[[ SUPPLIED RECORDS open ]]
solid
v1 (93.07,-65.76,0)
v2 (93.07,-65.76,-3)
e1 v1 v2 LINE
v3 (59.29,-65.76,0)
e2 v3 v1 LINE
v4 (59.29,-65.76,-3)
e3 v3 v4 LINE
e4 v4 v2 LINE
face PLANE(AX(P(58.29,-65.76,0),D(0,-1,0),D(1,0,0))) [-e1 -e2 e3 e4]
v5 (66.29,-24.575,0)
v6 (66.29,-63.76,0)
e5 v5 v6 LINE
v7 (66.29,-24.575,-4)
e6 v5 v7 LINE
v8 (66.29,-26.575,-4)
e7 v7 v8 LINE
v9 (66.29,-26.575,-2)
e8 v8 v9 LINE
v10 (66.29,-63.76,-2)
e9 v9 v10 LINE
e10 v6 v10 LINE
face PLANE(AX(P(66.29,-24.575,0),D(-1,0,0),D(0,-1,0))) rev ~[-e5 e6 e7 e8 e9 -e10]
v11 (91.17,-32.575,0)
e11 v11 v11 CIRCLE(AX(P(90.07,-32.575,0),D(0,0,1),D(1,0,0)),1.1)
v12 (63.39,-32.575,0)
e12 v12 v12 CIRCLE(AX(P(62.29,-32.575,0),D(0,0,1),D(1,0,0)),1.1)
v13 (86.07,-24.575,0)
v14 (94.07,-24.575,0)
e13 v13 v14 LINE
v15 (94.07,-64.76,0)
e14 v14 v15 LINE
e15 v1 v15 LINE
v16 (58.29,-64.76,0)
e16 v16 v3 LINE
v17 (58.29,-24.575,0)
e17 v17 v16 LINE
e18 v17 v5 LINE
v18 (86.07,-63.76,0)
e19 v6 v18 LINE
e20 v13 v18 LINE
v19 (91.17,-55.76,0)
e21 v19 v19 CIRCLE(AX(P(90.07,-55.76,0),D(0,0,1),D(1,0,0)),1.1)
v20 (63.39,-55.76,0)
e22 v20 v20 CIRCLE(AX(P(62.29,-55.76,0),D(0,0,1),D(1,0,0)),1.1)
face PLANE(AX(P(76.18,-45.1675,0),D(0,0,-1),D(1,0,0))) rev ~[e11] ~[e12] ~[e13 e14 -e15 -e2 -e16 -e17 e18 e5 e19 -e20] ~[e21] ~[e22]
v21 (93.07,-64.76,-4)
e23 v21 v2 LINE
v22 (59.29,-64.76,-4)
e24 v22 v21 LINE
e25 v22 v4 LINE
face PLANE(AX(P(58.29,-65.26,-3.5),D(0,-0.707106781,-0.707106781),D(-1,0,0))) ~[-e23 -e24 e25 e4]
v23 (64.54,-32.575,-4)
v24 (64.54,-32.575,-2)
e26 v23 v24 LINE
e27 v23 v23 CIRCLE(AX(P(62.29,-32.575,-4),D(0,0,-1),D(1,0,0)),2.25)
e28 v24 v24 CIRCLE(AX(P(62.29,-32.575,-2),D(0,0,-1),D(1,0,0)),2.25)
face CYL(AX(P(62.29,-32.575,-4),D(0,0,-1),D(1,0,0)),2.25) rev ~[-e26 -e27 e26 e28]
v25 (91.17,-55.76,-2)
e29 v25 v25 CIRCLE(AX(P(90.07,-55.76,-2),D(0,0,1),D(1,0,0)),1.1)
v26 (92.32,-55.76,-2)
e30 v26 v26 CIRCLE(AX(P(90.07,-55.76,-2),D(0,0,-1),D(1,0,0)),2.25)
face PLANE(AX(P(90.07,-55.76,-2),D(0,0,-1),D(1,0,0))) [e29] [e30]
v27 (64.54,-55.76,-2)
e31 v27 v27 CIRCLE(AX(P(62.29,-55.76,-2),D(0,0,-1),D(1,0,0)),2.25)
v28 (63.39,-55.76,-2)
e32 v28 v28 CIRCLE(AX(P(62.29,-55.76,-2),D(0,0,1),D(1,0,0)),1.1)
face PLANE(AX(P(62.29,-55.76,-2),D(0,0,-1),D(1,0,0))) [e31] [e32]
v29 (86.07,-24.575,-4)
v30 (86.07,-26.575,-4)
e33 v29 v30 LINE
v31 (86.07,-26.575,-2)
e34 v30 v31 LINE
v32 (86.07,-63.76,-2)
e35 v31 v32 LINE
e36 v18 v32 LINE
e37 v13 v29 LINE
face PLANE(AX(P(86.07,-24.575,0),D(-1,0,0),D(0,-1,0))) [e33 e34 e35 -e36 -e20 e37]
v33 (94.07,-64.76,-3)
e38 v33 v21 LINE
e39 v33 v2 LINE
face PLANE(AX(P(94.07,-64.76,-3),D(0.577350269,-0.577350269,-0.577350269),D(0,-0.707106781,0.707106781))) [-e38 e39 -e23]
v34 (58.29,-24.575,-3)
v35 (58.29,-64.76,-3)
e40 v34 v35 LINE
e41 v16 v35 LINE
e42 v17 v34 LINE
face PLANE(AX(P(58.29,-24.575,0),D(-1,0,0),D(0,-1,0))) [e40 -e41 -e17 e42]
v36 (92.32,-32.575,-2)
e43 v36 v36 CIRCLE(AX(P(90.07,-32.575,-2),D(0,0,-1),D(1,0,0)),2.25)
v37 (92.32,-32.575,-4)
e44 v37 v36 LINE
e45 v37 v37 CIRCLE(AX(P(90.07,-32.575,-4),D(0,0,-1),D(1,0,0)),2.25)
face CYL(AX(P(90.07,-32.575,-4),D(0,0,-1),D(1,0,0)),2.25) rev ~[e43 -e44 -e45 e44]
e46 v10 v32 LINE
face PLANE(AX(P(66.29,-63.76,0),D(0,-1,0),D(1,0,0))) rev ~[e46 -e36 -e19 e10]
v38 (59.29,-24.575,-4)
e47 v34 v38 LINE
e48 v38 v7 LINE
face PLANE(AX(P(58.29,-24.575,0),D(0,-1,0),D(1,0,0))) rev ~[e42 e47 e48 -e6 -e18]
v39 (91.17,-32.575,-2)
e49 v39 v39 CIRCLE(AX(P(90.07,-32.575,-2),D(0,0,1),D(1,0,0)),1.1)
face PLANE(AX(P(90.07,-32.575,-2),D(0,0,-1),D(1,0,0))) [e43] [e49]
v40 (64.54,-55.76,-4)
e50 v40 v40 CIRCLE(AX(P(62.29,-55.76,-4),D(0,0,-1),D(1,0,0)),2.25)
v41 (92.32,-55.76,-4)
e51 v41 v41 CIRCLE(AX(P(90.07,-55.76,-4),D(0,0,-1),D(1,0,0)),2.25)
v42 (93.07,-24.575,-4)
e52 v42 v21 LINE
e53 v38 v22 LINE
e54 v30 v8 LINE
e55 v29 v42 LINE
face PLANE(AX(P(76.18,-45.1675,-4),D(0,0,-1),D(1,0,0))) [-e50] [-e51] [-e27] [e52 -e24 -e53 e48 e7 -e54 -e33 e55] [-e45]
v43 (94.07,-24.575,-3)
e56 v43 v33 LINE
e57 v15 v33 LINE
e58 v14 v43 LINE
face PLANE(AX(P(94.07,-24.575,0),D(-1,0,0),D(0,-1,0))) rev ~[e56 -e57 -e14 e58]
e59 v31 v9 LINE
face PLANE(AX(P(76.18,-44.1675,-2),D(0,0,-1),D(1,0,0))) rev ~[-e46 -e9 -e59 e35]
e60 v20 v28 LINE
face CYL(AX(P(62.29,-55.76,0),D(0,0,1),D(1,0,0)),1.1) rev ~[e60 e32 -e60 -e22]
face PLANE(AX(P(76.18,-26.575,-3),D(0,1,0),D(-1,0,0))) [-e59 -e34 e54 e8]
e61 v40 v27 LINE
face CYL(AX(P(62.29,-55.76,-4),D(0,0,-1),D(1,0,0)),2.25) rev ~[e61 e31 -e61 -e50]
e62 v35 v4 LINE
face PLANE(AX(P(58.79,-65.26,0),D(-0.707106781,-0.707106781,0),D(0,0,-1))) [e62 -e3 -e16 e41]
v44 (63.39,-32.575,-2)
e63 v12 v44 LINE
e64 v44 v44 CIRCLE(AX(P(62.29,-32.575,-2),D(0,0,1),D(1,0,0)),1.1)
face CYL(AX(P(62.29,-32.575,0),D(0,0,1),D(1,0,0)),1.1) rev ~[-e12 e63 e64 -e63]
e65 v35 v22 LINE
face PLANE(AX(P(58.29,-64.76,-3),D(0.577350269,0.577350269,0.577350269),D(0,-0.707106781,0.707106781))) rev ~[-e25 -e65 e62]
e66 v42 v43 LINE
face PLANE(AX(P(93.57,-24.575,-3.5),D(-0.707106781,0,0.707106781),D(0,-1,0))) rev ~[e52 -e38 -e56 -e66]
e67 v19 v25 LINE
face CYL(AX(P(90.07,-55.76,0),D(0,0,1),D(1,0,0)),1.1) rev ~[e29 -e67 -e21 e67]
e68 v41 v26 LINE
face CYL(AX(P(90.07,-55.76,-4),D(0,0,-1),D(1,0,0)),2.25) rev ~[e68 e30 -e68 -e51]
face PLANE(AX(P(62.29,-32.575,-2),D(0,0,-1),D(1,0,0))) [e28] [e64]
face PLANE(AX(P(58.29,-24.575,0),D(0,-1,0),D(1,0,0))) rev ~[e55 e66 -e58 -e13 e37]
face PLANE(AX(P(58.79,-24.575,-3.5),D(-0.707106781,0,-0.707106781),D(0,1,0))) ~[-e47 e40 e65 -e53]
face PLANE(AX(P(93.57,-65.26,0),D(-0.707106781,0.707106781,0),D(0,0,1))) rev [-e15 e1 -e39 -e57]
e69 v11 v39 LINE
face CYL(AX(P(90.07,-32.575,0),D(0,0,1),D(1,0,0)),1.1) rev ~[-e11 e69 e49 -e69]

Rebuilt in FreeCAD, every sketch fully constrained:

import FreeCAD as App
import Part
import Sketcher

V = App.Vector


def edges_at(feature, points):
    """Names of the edges that pass closest to the given points."""
    edges = feature.Shape.Edges
    near = lambda p: min(range(len(edges)), key=lambda i: edges[i].distToShape(Part.Vertex(*p))[0])
    return sorted({f"Edge{near(p) + 1}" for p in points})


def add_polygon(sketch, points):
    """Adds a closed chain of lines whose ends are joined by coincident constraints."""
    first, n = sketch.GeometryCount, len(points)
    for a, b in zip(points, points[1:] + points[:1]):
        sketch.addGeometry(Part.LineSegment(App.Vector(*a, 0), App.Vector(*b, 0)), False)
    for i in range(n):
        sketch.addConstraint(Sketcher.Constraint("Coincident", first + i, 2, first + (i + 1) % n, 1))

doc = App.newDocument("Part")
params = doc.addObject("Spreadsheet::Sheet", "Params")
for row, (alias, value) in enumerate([
    ("sketch1_width", "35.78 mm"),
    ("pad1_length", "4 mm"),
    ("sketch2_width", "19.78 mm"),
    ("pocket1_length", "2 mm"),
    ("sketch3_diameter", "2.2 mm"),
    ("sketch4_diameter", "4.5 mm"),
    ("pocket3_length", "2 mm"),
    ("chamfer_size", "1 mm"),
    ("sketch5_height", "2 mm"),
    ("sketch5_width", "19.78 mm"),
    ("pocket4_length", "2 mm"),
], start=1):
    params.set(f"A{row}", alias)
    params.set(f"B{row}", "=" + value)
    params.setAlias(f"B{row}", alias)

body = doc.addObject("PartDesign::Body", "Body")

sketch1 = doc.addObject("Sketcher::SketchObject", "Sketch")
body.addObject(sketch1)
sketch1.AttachmentSupport = (doc.XY_Plane, [""])
sketch1.MapMode = "FlatFace"
add_polygon(sketch1, [(58, -66), (58, -25), (94, -25), (94, -66)])
sketch1.addConstraint([
    Sketcher.Constraint("Vertical", 0),
    Sketcher.Constraint("Horizontal", 1),
    Sketcher.Constraint("Vertical", 2),
    Sketcher.Constraint("Horizontal", 3),
    Sketcher.Constraint("DistanceX", 1, 1, 1, 2, 35.78),
    Sketcher.Constraint("DistanceY", 0, 1, 0, 2, 41.185),
    Sketcher.Constraint("DistanceX", -1, 1, 0, 2, 58.29),
    Sketcher.Constraint("DistanceY", 2, 2, -1, 1, 65.76),
])
sketch1.setExpression("Constraints[8]", "Params.sketch1_width")
pad1 = doc.addObject("PartDesign::Pad", "Pad")
body.addObject(pad1)
pad1.Profile = sketch1
pad1.setExpression("Length", "Params.pad1_length")
pad1.Reversed = True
[[ SUPPLIED RECORDS closed ]]
▶ _YOUR GOAL_
Give only the lines from the one holding "face PLANE(AX(P(58.29,-65.76,0),D(0,-1,0),D(1,0,0))) [-e1" through the one holding "v23 (64.54,-32.575,-4)", each restated exactly as it appears above.

▶ _OUTPUT OF THE EXERCISE_
face PLANE(AX(P(58.29,-65.76,0),D(0,-1,0),D(1,0,0))) [-e1 -e2 e3 e4]
v5 (66.29,-24.575,0)
v6 (66.29,-63.76,0)
e5 v5 v6 LINE
v7 (66.29,-24.575,-4)
e6 v5 v7 LINE
v8 (66.29,-26.575,-4)
e7 v7 v8 LINE
v9 (66.29,-26.575,-2)
e8 v8 v9 LINE
v10 (66.29,-63.76,-2)
e9 v9 v10 LINE
e10 v6 v10 LINE
face PLANE(AX(P(66.29,-24.575,0),D(-1,0,0),D(0,-1,0))) rev ~[-e5 e6 e7 e8 e9 -e10]
v11 (91.17,-32.575,0)
e11 v11 v11 CIRCLE(AX(P(90.07,-32.575,0),D(0,0,1),D(1,0,0)),1.1)
v12 (63.39,-32.575,0)
e12 v12 v12 CIRCLE(AX(P(62.29,-32.575,0),D(0,0,1),D(1,0,0)),1.1)
v13 (86.07,-24.575,0)
v14 (94.07,-24.575,0)
e13 v13 v14 LINE
v15 (94.07,-64.76,0)
e14 v14 v15 LINE
e15 v1 v15 LINE
v16 (58.29,-64.76,0)
e16 v16 v3 LINE
v17 (58.29,-24.575,0)
e17 v17 v16 LINE
e18 v17 v5 LINE
v18 (86.07,-63.76,0)
e19 v6 v18 LINE
e20 v13 v18 LINE
v19 (91.17,-55.76,0)
e21 v19 v19 CIRCLE(AX(P(90.07,-55.76,0),D(0,0,1),D(1,0,0)),1.1)
v20 (63.39,-55.76,0)
e22 v20 v20 CIRCLE(AX(P(62.29,-55.76,0),D(0,0,1),D(1,0,0)),1.1)
face PLANE(AX(P(76.18,-45.1675,0),D(0,0,-1),D(1,0,0))) rev ~[e11] ~[e12] ~[e13 e14 -e15 -e2 -e16 -e17 e18 e5 e19 -e20] ~[e21] ~[e22]
v21 (93.07,-64.76,-4)
e23 v21 v2 LINE
v22 (59.29,-64.76,-4)
e24 v22 v21 LINE
e25 v22 v4 LINE
face PLANE(AX(P(58.29,-65.26,-3.5),D(0,-0.707106781,-0.707106781),D(-1,0,0))) ~[-e23 -e24 e25 e4]
v23 (64.54,-32.575,-4)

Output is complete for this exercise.